This tale takes place in that, sadly very short, interval between the ready availability of the contraceptive pill and the outbreak of HIV and AIDS. It does not involve anyone underage at any point.
The real adventure now began. School finished and uni not starting until October, two and a half months to find out as much as I could about life and have some serious fun.
I had started my long break by visiting Tante Marise
(see story of that name)
in her French home. She had taught me a lot, and introduced me to the joys of mutual showering, a pleasure that I have enjoyed throughout my life.
Where to go next and what to do had been the two big questions. In the 1960s travel to far off lands was not really one of my options, so I decided to head for the beaches of northern Spain. Here I could live cheaply, enjoy the weather and get a proper sun tan.
Travel by air, with a tour company, was way outside my budget, but a friend had given me his hints and tips for hitch hiking long distances and now I was in northern France planning an 800 mile hitchhike to Barcelona, or actually anywhere near by.
Barcelona had the attraction of being in a straight line from my starting point at Tante Marise's and the direct route was via only two roads so, with a bit of luck maybe, just maybe, only one or two changes of lift.
My first lift was a little disappointing as it didn't even get me to Paris but the driver was pleasant enough and chatty. I supposed that life on the road could be pretty lonely and he was enjoying the company.
My next was more fruitful. A british lorry pulled up with a hiss of airbrakes and the driver ushered me round to the passenger side. Everything was, of course, on the wrong side now that we were in France.
As the passenger door swung open a cheery female voice from the depths of the cab hailed me with,
"Hop in sweetheart." I grabbed the rail, put my foot on the step, and swung myself in.
"Where you off to then?" She enquired as I settled myself into the seat.
"Barcelona, or somewhere near there." I replied, taking stock of my new surroundings. My chauffeur was very obviously female, if the voice hadn't give her away the sight of her chest certainly did. She wore her dirty blond hair very short, her T shirt equally tight and lightweight khaki cargo trousers. I guessed she was about thirty and had a cheeky grin. Result.
"So 'ow long you going for?"
"I don't have to be back until October to start uni."
"Blimey, nice work if you can get it!" and she shot me a smile that formed alluring dimples on her cheeks.
The next several hundred kilometres passed in getting to know each other. Gilly was her name. She loved life on the road, often did the same runs up and down through France, knew all the best stops and frequently picked up hitchhikers for the chat and to pass the hours.
"So off for the three Ss are we?"
"The three Ss?" I said quizzically.
"Yep, the three Ss. D'you know you can tell someones age by their three Ss?"

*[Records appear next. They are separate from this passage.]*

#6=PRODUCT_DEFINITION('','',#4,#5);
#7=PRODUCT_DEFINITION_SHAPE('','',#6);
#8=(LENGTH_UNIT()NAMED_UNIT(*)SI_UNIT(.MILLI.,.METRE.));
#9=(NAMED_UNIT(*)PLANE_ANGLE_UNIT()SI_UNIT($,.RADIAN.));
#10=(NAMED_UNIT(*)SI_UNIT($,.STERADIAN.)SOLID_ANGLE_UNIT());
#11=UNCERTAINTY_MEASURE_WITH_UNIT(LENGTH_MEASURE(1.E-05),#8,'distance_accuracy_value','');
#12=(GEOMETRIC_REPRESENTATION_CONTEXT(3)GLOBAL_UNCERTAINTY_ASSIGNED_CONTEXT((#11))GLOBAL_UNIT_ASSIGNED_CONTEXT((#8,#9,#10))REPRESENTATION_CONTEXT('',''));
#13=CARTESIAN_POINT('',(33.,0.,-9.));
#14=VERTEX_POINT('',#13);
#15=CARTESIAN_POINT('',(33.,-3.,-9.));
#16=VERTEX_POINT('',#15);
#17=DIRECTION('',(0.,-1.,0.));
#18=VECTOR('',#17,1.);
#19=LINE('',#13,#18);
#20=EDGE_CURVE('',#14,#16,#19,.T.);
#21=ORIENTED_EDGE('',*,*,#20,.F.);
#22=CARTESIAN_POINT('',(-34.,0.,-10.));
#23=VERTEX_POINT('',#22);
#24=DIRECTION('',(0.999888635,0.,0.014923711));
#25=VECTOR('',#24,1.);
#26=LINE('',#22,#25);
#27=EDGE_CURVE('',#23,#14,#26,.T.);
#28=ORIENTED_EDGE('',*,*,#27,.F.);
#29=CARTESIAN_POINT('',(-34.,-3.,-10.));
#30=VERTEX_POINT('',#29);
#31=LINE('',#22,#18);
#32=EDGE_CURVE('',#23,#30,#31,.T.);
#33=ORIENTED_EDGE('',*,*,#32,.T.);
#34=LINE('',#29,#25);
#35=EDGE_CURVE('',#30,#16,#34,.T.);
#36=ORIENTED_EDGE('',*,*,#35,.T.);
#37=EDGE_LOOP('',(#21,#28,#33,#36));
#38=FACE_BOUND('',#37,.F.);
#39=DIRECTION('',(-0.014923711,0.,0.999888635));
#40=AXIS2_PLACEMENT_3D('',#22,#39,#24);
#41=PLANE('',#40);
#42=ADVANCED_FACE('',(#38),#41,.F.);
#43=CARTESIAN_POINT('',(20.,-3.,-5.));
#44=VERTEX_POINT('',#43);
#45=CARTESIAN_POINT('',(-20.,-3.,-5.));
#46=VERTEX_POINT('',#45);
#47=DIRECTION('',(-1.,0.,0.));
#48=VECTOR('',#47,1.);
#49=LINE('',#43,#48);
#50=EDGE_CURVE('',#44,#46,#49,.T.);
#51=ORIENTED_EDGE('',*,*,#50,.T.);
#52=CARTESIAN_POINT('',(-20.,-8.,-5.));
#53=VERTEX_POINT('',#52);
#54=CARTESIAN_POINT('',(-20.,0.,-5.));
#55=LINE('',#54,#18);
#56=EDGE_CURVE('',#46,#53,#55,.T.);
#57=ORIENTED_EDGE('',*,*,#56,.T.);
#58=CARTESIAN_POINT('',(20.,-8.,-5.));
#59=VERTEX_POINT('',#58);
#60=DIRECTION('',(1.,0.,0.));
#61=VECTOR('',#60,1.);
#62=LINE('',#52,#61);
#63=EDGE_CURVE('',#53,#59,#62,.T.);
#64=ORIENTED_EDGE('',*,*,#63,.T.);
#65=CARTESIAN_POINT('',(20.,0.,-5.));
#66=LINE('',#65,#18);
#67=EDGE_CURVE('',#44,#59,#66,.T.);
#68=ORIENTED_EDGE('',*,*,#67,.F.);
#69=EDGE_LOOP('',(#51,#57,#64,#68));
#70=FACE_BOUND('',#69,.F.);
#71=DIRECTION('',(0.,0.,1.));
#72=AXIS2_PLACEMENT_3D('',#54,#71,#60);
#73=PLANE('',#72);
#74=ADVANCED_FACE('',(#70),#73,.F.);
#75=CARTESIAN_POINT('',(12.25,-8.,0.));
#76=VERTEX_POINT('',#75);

"Sorry, I'm not with you."
"Right I'll tell you, you just complete the third S with the first thing that comes into your head, OK?"
"OK!"
"Sun, sea and?"
"Sand!"
This reply was met with about the dirtiest sounding laugh I have ever heard in my life!
"OK, you're about eight years old! Sun sea and sand!" More laughter, " Let's try again. Sun, sea and?"
"Sangria?"
"Getting better, much better, but still not there. One more try."
I am now getting nervous. The only other S I can think of is sex and I was certainly not going to say that out loud to this lady I'd only just met. She's good company and I don't want to get put out in the middle of nowhere.
"Sun sea and?" Came the question again. My mind was racing for an escape route and I suddenly found it.
"How many letters?" She took one hand off the wheel and started turning her fingers down one by one as she counted.
"Eight." Phew, so it wasn't sex. You cannot believe how relieved I was that I hadn't said it, but eight? I racked my brains, but even sangria was only seven.
"Give up." I admitted. Her reply stunned my into silence. I could hardly believe my ears.
"Shagging! Shagging of course. Sun, sea and shagging. Isn't that why all you students head for the Costas?" My week mumblings were incoherent and never meant to be heard anyway. Gilly, with the dirty blond hair, tight T shirt and filthy laugh had just said 'Shagging'!
"Come on now." She said placing one hand on my knee for a few seconds and flashing me her beguiling smile, dimples and all. "Don't tell me I'm wrong.
"Look, I bet you a quid that I'd find johnnies in your ruck sack? But I'm not giving you the quid unless you let me check. There are johnnies in your pack aren't there?"
This was getting out of hand. This lovely lady had just put her hand on my knee, flashed me a smile and boxed me into a corner.
"You win." I said reluctantly.
"Knew it. Sun, sea and shagging! Well a good looking lad like you shouldn't have much trouble pulling on the roast chicken beaches." Again the smile with the dimples.
"Roast chicken beaches?" I wanted to know what she meant but didn't want to appear as naive as I was.